**EXERCISE**
Below are entries; print them exactly from the first line through the one containing "f 193 163 164".
-- MATERIAL FOR THIS EXERCISE follows --
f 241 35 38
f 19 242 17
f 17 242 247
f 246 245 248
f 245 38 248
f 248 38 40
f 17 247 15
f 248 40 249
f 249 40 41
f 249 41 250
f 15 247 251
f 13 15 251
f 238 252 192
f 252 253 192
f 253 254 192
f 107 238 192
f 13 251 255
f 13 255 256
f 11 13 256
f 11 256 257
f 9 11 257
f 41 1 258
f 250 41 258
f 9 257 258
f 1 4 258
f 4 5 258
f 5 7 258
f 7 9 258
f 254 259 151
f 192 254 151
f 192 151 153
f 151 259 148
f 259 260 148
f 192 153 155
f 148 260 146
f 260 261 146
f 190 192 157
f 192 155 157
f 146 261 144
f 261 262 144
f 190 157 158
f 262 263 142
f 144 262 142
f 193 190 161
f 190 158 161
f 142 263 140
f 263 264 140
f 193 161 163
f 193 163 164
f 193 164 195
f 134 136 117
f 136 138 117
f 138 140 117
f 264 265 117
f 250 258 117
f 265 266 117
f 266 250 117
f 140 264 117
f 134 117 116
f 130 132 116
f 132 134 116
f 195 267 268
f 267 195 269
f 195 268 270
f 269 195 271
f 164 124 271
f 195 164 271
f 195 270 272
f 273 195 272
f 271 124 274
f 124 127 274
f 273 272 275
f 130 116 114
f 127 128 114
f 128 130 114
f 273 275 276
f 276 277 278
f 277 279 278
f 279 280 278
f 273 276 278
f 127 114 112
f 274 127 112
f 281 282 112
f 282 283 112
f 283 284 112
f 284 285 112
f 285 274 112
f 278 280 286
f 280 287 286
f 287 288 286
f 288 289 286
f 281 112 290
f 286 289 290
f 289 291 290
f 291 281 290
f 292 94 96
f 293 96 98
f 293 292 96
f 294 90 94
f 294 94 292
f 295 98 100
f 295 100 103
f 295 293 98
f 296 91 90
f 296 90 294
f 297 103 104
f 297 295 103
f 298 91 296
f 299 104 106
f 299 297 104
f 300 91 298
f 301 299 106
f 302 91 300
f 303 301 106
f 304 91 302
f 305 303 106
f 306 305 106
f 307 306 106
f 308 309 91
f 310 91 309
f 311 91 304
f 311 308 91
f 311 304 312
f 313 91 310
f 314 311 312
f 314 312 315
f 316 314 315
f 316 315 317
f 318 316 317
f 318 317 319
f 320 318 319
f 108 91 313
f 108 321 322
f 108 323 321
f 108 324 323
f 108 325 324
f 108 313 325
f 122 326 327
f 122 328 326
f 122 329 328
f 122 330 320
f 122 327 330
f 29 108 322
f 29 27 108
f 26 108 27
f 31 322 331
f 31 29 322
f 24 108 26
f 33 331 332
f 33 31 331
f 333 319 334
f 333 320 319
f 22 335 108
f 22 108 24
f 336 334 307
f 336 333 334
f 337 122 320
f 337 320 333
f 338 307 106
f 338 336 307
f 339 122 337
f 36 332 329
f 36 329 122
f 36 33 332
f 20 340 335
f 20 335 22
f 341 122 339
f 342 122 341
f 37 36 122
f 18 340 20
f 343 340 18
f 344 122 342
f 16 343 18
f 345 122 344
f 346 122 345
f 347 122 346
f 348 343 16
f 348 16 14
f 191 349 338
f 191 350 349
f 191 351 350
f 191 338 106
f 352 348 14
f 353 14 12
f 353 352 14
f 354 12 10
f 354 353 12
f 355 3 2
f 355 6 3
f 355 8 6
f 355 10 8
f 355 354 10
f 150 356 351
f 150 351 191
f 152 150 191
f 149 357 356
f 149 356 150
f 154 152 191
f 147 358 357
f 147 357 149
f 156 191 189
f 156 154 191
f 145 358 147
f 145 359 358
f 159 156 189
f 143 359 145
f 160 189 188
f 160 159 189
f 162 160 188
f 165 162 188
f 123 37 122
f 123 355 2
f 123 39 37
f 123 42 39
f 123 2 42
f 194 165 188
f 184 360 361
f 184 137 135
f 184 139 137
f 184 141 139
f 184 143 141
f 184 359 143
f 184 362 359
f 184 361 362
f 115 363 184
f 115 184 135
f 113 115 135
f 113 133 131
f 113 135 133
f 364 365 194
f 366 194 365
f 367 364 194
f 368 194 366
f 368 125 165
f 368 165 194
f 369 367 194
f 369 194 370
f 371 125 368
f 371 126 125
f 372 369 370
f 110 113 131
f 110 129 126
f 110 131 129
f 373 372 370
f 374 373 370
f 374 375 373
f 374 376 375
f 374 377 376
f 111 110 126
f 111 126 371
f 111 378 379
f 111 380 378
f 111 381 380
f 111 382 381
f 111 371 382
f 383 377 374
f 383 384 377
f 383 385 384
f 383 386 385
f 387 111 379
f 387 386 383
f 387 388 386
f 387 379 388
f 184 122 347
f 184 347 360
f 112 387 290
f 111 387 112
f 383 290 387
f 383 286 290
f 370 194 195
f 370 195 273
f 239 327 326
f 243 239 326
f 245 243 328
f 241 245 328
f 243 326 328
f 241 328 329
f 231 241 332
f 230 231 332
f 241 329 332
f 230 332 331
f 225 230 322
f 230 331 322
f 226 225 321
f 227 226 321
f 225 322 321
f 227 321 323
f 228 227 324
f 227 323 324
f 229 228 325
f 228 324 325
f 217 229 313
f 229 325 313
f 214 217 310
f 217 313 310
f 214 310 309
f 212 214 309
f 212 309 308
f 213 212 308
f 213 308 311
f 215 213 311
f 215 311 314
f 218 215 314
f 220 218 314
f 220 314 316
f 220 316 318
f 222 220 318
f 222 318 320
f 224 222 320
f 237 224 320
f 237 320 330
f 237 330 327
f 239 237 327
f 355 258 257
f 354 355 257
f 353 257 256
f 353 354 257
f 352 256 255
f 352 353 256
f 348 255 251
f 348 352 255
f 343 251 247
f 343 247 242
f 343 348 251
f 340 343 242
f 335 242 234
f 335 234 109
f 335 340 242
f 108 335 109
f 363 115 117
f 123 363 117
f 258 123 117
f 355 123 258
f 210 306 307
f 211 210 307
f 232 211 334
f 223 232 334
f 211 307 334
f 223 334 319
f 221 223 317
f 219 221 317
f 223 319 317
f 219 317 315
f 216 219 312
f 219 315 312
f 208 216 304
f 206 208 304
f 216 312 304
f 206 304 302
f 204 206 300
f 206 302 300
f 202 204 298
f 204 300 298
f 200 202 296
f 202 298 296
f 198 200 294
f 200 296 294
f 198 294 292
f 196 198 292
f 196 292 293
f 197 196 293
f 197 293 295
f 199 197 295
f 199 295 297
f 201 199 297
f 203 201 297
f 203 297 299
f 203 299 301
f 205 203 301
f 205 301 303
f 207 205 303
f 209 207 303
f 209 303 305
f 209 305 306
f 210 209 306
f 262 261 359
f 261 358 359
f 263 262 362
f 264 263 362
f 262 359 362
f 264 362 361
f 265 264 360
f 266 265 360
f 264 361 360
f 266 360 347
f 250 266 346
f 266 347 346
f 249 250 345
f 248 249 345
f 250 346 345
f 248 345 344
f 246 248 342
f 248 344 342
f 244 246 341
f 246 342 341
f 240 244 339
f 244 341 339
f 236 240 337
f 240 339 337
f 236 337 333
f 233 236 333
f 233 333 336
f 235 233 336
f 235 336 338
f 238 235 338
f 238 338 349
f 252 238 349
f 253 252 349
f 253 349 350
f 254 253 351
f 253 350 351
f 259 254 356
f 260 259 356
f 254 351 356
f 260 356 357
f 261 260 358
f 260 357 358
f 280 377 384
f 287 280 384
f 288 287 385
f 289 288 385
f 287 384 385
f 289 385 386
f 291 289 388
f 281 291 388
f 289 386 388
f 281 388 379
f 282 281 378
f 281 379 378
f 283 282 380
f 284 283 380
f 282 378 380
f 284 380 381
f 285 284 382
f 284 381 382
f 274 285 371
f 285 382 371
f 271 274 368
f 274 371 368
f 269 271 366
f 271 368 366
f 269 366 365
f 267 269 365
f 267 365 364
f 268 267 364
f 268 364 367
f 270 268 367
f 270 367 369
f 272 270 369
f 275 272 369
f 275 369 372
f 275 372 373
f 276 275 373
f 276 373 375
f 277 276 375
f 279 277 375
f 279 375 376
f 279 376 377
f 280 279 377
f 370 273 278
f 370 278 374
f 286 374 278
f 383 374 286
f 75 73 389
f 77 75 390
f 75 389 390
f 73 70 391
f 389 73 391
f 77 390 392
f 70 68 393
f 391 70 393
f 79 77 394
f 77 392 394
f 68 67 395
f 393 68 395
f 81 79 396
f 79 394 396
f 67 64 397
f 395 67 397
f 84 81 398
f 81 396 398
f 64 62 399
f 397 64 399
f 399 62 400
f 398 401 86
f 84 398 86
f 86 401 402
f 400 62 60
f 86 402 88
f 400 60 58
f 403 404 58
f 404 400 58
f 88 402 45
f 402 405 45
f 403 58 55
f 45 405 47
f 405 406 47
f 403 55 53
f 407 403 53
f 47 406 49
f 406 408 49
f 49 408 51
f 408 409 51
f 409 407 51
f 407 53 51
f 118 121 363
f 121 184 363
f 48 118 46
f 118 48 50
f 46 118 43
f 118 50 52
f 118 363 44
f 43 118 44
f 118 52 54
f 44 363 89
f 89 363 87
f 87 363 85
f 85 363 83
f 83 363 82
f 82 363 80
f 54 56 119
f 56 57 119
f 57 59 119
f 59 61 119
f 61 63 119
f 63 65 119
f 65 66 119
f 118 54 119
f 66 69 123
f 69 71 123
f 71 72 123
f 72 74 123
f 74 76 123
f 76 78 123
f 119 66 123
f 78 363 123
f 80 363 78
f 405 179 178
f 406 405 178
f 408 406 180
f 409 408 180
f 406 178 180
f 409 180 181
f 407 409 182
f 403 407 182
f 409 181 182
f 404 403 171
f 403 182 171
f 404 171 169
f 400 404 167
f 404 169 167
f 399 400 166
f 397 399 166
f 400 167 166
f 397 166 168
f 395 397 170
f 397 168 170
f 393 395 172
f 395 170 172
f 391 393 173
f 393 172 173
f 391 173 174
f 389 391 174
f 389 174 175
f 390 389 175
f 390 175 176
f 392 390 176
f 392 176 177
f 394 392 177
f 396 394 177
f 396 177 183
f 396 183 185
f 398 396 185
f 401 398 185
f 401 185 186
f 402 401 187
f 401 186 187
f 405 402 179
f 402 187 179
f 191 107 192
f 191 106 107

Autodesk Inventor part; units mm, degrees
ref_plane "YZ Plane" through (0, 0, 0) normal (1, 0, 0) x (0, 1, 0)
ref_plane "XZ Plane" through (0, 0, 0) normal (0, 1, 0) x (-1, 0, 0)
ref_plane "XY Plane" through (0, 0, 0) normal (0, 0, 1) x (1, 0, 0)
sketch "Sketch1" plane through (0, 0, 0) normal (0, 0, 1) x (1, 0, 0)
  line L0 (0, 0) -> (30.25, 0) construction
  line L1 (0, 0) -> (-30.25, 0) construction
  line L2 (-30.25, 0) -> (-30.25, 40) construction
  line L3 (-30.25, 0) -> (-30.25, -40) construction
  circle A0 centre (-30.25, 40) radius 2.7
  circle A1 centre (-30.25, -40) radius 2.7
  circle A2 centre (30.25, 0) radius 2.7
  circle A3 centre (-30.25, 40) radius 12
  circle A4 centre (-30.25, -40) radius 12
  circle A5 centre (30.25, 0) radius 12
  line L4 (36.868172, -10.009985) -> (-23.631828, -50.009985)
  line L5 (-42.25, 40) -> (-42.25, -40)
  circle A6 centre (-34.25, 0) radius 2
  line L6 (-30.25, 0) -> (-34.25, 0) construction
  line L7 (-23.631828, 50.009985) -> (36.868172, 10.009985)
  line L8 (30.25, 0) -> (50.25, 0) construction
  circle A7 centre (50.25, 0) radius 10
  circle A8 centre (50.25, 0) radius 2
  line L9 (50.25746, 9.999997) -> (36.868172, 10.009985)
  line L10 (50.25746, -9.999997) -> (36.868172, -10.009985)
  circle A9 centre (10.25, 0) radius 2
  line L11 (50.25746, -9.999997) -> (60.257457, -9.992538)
-- MATERIAL FOR THIS EXERCISE concluded --
**ANSWER TO THIS PROBLEM**
f 241 35 38
f 19 242 17
f 17 242 247
f 246 245 248
f 245 38 248
f 248 38 40
f 17 247 15
f 248 40 249
f 249 40 41
f 249 41 250
f 15 247 251
f 13 15 251
f 238 252 192
f 252 253 192
f 253 254 192
f 107 238 192
f 13 251 255
f 13 255 256
f 11 13 256
f 11 256 257
f 9 11 257
f 41 1 258
f 250 41 258
f 9 257 258
f 1 4 258
f 4 5 258
f 5 7 258
f 7 9 258
f 254 259 151
f 192 254 151
f 192 151 153
f 151 259 148
f 259 260 148
f 192 153 155
f 148 260 146
f 260 261 146
f 190 192 157
f 192 155 157
f 146 261 144
f 261 262 144
f 190 157 158
f 262 263 142
f 144 262 142
f 193 190 161
f 190 158 161
f 142 263 140
f 263 264 140
f 193 161 163
f 193 163 164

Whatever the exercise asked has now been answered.